● Provided information:
________________________________________
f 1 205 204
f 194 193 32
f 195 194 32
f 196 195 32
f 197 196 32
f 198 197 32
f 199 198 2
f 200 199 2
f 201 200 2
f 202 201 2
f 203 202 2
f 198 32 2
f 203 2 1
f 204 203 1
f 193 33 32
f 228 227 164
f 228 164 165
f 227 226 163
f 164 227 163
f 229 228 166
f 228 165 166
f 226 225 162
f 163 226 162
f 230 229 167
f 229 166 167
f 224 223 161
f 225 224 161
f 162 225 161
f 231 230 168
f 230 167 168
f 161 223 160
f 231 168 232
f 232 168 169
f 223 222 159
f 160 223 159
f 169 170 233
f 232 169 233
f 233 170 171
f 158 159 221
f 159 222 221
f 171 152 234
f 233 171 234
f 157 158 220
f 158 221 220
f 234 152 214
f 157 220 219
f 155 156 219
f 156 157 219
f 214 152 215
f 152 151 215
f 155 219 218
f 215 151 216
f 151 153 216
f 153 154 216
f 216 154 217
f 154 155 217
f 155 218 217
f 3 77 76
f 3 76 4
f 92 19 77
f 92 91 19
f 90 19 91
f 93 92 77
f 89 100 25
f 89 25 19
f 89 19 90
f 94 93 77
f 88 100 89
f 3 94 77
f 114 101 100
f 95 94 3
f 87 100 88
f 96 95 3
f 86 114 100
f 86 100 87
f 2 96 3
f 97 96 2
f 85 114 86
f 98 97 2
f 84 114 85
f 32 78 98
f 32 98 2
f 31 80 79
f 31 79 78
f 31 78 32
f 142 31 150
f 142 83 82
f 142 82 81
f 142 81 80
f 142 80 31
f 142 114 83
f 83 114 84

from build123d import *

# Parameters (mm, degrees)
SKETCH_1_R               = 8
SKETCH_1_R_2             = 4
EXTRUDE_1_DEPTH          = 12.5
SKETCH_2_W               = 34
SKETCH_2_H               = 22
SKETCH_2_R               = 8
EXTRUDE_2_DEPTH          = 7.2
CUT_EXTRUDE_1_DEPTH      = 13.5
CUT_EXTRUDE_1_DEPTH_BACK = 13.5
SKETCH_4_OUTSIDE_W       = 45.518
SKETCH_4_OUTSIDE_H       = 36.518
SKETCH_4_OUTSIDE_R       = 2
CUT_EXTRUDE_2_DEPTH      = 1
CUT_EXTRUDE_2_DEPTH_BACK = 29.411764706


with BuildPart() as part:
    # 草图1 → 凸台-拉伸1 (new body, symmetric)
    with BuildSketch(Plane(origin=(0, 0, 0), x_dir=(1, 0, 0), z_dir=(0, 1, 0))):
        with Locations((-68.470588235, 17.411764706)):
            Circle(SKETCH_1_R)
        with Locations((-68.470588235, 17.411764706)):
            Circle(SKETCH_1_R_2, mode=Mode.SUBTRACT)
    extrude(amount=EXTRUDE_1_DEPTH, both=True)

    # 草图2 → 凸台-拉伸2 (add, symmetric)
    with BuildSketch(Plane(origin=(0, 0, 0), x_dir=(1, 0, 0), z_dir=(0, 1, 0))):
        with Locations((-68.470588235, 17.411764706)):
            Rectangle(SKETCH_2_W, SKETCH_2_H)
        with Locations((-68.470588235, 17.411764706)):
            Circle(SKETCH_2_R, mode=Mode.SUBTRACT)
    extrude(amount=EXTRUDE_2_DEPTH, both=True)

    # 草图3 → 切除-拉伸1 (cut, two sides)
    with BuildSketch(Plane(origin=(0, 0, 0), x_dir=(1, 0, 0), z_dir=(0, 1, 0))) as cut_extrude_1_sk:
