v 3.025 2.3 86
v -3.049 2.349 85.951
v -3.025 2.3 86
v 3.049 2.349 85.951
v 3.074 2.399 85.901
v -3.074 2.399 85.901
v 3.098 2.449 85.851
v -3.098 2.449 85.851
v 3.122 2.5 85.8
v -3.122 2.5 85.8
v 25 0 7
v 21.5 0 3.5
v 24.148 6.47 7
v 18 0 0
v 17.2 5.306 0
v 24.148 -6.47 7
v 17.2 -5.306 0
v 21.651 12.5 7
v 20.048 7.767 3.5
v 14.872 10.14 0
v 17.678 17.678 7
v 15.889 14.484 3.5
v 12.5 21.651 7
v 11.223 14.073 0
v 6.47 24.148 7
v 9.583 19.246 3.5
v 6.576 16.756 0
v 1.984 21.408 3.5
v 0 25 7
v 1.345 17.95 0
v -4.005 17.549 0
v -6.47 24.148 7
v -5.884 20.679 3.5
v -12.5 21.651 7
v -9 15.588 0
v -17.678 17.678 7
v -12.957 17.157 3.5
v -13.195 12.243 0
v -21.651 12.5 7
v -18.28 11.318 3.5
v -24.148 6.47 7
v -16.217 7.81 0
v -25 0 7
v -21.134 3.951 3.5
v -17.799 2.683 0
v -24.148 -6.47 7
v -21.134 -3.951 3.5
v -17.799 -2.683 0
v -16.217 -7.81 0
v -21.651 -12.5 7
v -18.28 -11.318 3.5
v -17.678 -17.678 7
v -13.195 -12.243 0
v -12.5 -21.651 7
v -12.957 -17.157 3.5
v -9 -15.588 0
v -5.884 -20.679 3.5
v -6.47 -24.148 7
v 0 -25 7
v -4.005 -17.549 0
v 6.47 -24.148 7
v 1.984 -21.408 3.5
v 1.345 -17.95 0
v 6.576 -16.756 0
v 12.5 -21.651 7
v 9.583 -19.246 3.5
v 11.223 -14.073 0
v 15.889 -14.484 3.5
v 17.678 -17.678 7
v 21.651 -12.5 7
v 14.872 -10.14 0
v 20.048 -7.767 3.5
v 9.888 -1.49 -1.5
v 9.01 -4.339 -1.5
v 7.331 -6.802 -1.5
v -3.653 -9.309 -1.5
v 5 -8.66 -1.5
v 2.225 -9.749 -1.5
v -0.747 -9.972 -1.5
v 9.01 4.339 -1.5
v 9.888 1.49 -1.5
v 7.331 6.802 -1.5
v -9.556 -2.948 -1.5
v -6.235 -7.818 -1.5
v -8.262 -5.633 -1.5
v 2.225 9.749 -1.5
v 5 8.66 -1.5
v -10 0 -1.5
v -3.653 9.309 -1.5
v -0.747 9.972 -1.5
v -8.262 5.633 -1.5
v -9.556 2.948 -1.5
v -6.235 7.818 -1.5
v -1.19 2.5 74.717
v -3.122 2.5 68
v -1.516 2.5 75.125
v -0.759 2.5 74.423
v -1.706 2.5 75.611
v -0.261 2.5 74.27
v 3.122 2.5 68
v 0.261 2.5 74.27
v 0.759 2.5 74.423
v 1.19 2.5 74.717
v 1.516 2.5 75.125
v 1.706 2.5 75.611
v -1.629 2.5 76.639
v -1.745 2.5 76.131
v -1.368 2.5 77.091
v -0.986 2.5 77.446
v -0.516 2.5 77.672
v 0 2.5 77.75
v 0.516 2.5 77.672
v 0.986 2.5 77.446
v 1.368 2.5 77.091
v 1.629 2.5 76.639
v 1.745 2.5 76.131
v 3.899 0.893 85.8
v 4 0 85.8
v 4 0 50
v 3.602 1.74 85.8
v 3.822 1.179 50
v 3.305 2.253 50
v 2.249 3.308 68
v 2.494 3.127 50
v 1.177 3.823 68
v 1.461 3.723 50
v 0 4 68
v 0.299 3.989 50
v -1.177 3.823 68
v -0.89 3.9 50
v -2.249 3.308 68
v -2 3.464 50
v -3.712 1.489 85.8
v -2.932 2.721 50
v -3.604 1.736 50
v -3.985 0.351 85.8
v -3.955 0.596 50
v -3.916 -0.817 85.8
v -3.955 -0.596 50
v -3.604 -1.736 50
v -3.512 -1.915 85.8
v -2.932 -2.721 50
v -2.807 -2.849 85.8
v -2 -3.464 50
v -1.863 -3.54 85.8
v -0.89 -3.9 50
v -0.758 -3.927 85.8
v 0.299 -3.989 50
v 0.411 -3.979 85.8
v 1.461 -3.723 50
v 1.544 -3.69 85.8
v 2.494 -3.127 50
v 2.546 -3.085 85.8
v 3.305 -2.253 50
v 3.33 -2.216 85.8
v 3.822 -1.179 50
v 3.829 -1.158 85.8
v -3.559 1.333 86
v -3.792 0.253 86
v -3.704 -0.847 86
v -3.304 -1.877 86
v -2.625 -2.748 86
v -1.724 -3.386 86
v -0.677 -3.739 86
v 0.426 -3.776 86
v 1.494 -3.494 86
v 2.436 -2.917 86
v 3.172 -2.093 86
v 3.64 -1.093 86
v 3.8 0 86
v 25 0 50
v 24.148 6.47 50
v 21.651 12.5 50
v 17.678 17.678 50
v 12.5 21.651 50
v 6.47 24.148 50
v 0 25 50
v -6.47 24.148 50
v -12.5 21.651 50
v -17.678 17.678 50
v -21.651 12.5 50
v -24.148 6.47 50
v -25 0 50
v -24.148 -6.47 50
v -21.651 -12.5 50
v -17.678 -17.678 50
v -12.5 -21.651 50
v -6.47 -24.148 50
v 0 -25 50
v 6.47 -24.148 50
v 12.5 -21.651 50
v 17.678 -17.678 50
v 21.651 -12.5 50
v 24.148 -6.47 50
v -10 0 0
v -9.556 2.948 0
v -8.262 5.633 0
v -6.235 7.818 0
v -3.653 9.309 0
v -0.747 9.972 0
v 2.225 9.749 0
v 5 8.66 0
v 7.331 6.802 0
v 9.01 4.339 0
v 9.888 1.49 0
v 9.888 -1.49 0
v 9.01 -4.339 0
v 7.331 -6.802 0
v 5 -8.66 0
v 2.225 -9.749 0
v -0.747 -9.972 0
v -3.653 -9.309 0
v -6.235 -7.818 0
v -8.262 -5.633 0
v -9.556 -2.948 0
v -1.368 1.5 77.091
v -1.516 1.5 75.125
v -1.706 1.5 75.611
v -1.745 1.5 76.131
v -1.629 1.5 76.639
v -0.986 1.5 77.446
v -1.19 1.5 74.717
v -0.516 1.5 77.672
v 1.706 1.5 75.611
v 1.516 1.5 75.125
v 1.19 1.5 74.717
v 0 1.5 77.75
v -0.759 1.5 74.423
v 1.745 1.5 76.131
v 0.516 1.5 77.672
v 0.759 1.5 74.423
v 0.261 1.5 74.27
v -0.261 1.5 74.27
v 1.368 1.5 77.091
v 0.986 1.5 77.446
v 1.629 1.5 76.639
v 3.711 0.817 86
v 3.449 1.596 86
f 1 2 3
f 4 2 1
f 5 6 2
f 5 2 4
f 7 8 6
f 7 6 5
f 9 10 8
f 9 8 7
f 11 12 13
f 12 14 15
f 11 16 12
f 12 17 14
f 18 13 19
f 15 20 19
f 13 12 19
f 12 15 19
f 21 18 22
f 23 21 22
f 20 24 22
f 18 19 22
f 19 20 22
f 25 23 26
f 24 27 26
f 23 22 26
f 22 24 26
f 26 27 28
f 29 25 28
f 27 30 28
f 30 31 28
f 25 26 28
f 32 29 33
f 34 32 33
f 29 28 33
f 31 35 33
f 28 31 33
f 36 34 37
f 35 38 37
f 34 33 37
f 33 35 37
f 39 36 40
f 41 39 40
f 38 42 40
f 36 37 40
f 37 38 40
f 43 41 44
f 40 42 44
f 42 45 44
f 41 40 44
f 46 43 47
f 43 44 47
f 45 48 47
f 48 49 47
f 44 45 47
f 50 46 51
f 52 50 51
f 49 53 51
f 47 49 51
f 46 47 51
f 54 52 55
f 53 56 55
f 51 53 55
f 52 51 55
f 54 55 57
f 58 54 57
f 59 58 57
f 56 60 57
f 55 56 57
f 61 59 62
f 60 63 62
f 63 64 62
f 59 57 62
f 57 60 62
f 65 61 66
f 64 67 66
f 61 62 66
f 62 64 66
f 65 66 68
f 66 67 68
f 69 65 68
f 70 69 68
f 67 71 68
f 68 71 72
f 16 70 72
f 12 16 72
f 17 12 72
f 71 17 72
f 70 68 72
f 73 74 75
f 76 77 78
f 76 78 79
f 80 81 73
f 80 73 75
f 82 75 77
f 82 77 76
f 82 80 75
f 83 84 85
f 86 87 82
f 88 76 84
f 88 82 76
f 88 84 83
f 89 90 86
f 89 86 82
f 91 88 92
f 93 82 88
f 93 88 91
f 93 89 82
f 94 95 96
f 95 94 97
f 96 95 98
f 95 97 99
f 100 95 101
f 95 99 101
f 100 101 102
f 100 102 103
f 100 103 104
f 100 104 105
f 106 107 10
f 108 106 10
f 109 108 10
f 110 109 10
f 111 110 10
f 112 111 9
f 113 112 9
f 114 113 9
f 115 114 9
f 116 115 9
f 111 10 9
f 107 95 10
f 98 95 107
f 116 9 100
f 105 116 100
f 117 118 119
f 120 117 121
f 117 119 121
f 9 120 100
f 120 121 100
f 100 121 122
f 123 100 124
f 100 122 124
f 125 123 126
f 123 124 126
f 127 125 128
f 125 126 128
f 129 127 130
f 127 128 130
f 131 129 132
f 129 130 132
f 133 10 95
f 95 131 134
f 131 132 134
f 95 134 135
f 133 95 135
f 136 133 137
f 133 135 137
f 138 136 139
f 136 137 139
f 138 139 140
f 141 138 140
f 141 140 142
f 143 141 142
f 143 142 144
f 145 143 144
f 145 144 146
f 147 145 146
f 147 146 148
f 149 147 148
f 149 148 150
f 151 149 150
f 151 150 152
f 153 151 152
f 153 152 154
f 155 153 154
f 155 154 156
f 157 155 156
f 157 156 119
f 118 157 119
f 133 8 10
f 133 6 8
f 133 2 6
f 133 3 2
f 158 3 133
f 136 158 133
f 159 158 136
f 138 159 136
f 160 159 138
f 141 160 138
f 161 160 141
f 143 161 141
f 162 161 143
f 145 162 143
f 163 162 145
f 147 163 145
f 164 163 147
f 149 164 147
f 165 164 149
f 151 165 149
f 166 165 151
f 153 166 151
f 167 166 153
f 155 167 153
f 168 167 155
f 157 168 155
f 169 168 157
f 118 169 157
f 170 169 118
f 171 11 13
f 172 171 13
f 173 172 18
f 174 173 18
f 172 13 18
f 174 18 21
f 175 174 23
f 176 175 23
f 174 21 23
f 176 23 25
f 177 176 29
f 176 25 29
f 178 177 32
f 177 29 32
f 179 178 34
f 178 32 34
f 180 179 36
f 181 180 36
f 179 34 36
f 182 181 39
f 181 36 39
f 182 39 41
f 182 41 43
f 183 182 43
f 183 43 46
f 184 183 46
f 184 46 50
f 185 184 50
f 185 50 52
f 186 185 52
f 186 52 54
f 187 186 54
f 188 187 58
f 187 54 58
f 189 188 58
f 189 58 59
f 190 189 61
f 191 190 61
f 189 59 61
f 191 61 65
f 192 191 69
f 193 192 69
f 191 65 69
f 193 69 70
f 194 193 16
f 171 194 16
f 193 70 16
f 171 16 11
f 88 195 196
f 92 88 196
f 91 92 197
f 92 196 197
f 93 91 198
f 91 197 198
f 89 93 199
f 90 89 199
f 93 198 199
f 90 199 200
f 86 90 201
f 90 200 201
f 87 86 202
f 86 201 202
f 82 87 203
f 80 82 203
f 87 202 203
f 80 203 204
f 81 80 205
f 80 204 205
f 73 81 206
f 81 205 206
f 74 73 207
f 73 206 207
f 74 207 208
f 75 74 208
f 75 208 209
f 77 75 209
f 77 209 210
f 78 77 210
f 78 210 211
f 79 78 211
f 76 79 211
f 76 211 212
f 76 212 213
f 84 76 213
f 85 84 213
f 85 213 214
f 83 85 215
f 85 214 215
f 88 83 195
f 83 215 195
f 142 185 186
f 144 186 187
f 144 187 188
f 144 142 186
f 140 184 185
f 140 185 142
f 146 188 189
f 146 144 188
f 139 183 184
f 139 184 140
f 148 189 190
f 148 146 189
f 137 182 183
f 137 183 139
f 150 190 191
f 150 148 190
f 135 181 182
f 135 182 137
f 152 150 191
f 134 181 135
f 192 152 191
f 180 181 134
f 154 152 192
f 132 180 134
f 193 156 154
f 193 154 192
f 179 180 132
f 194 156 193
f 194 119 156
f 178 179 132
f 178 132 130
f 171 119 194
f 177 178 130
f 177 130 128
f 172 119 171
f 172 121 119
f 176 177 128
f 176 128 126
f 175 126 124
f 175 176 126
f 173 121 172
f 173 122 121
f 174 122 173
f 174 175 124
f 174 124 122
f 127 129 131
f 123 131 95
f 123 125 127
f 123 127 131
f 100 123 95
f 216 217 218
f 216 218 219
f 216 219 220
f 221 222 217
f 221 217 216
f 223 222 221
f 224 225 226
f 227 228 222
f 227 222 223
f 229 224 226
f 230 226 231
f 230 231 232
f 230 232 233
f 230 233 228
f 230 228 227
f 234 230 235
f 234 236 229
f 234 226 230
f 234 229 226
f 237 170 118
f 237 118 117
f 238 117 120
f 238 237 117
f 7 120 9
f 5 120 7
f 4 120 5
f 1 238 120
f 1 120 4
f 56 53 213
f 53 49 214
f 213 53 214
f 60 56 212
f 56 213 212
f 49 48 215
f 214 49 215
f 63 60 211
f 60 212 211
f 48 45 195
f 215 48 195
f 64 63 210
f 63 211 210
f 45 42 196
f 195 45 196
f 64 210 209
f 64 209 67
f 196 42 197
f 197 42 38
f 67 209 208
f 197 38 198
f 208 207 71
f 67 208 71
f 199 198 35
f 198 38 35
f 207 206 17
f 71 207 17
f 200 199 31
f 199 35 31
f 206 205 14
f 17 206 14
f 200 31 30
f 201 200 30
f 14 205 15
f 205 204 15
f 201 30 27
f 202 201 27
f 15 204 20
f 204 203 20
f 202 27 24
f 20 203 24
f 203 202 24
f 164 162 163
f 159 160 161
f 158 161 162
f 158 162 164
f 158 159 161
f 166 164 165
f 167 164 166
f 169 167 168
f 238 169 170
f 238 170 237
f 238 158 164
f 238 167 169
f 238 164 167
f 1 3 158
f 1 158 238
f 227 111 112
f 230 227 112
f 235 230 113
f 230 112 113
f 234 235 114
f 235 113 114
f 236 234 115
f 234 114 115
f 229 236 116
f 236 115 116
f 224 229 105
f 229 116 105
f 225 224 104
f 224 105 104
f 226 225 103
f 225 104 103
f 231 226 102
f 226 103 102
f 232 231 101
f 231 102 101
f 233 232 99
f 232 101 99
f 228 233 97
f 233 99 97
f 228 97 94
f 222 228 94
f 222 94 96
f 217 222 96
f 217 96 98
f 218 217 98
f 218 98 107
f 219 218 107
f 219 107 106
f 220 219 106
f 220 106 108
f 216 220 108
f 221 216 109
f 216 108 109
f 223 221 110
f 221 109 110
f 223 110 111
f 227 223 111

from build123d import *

# Parameters (mm, degrees)
SKETCH_1_R          = 25
EXTRUDE_1_DEPTH     = 50
CHAMFER_1_SIZE      = 7
SKETCH_2_R          = 10
EXTRUDE_2_DEPTH     = 1.5
SKETCH_3_R          = 4
EXTRUDE_3_DEPTH     = 36
CUT_EXTRUDE_1_DEPTH = 18
SKETCH_5_R          = 1.75
CUT_EXTRUDE_2_DEPTH = 1
CHAMFER_2_SIZE      = 0.2


with BuildPart() as part:
    # 草图1 → 凸台-拉伸1 (new body)
    with BuildSketch(Plane.XY):
        Circle(SKETCH_1_R)
    extrude(amount=EXTRUDE_1_DEPTH)

    # 倒角1
    chamfer_1_edges = [part.edges().sort_by_distance(p)[0] for p in [
        (-25, 0, 0),
    ]]
    chamfer(chamfer_1_edges, length=CHAMFER_1_SIZE)

    # 草图2 → 凸台-拉伸2 (add)
    with BuildSketch(Plane(origin=(0, 0, 0), x_dir=(-1, 0, 0), z_dir=(0, 0, -1))):
        Circle(SKETCH_2_R)
    extrude(amount=EXTRUDE_2_DEPTH)

    # 草图3 → 凸台-拉伸3 (add)
    with BuildSketch(Plane.XY.offset(50)):
        Circle(SKETCH_3_R)
    extrude(amount=EXTRUDE_3_DEPTH)

    # 草图4 → 切除-拉伸1 (cut)
    with BuildSketch(Plane.XY.offset(86)):
        Polygon((-91.7895175, 2.5), (-3.122498999, 2.5), (3.122498999, 2.5), (91.7895175, 2.5), (91.7895175, 179.834037002), (-91.7895175, 179.834037002), align=None)
    extrude(amount=-CUT_EXTRUDE_1_DEPTH, mode=Mode.SUBTRACT)

    # 草图5 → 切除-拉伸2 (cut)
    with BuildSketch(Plane(origin=(0, 2.5, 0), x_dir=(1, 0, 0), z_dir=(0, 1, 0))):
        with Locations(Location((0, -76, 0), (0, 0, 270))):
            Circle(SKETCH_5_R)
    extrude(amount=-CUT_EXTRUDE_2_DEPTH, mode=Mode.SUBTRACT)

    # 倒角2
    chamfer_2_edges = [part.edges().sort_by_distance(p)[0] for p in [
        (-1.324764885, -3.774254628, 86),
        (0, 2.5, 86),
    ]]
    chamfer(chamfer_2_edges, length=CHAMFER_2_SIZE)


solid = part.part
________________________________________
● What you are asked to do:
From the records above, print exactly the lines that run from the line with "f 208 207 71" to the line with "f 231 226 102", inclusive.

● Response below:
f 208 207 71
f 67 208 71
f 199 198 35
f 198 38 35
f 207 206 17
f 71 207 17
f 200 199 31
f 199 35 31
f 206 205 14
f 17 206 14
f 200 31 30
f 201 200 30
f 14 205 15
f 205 204 15
f 201 30 27
f 202 201 27
f 15 204 20
f 204 203 20
f 202 27 24
f 20 203 24
f 203 202 24
f 164 162 163
f 159 160 161
f 158 161 162
f 158 162 164
f 158 159 161
f 166 164 165
f 167 164 166
f 169 167 168
f 238 169 170
f 238 170 237
f 238 158 164
f 238 167 169
f 238 164 167
f 1 3 158
f 1 158 238
f 227 111 112
f 230 227 112
f 235 230 113
f 230 112 113
f 234 235 114
f 235 113 114
f 236 234 115
f 234 114 115
f 229 236 116
f 236 115 116
f 224 229 105
f 229 116 105
f 225 224 104
f 224 105 104
f 226 225 103
f 225 104 103
f 231 226 102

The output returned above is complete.